◆ AIM OF THE TASK: Write the data out again so that it matches word for word.

◆ PROVIDED INFORMATION:
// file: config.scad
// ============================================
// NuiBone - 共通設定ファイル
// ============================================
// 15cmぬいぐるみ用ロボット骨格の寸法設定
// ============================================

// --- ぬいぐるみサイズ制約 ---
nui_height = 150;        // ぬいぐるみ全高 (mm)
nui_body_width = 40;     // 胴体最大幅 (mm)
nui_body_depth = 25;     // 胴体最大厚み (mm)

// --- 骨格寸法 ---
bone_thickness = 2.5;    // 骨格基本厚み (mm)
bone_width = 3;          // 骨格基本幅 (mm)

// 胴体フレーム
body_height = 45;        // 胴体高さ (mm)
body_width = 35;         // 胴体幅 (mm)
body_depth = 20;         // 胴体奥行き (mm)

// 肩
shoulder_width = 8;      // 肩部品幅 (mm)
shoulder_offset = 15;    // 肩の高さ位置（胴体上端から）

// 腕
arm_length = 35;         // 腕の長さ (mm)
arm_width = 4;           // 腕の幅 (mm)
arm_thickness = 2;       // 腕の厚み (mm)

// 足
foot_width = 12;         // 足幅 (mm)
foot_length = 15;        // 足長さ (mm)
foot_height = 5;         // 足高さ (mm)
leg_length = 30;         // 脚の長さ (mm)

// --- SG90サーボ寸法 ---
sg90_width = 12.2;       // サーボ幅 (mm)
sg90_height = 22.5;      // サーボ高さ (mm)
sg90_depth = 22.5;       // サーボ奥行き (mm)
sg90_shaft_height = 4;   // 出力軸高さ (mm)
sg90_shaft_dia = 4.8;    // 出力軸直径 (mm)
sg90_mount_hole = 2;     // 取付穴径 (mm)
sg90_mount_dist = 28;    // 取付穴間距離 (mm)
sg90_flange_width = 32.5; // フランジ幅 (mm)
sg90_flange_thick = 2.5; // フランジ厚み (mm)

◆ EXERCISE RESULT:
// file: config.scad
// ============================================
// NuiBone - 共通設定ファイル
// ============================================
// 15cmぬいぐるみ用ロボット骨格の寸法設定
// ============================================

// --- ぬいぐるみサイズ制約 ---
nui_height = 150;        // ぬいぐるみ全高 (mm)
nui_body_width = 40;     // 胴体最大幅 (mm)
nui_body_depth = 25;     // 胴体最大厚み (mm)

// --- 骨格寸法 ---
bone_thickness = 2.5;    // 骨格基本厚み (mm)
bone_width = 3;          // 骨格基本幅 (mm)

// 胴体フレーム
body_height = 45;        // 胴体高さ (mm)
body_width = 35;         // 胴体幅 (mm)
body_depth = 20;         // 胴体奥行き (mm)

// 肩
shoulder_width = 8;      // 肩部品幅 (mm)
shoulder_offset = 15;    // 肩の高さ位置（胴体上端から）

// 腕
arm_length = 35;         // 腕の長さ (mm)
arm_width = 4;           // 腕の幅 (mm)
arm_thickness = 2;       // 腕の厚み (mm)

// 足
foot_width = 12;         // 足幅 (mm)
foot_length = 15;        // 足長さ (mm)
foot_height = 5;         // 足高さ (mm)
leg_length = 30;         // 脚の長さ (mm)

// --- SG90サーボ寸法 ---
sg90_width = 12.2;       // サーボ幅 (mm)
sg90_height = 22.5;      // サーボ高さ (mm)
sg90_depth = 22.5;       // サーボ奥行き (mm)
sg90_shaft_height = 4;   // 出力軸高さ (mm)
sg90_shaft_dia = 4.8;    // 出力軸直径 (mm)
sg90_mount_hole = 2;     // 取付穴径 (mm)
sg90_mount_dist = 28;    // 取付穴間距離 (mm)
sg90_flange_width = 32.5; // フランジ幅 (mm)
sg90_flange_thick = 2.5; // フランジ厚み (mm)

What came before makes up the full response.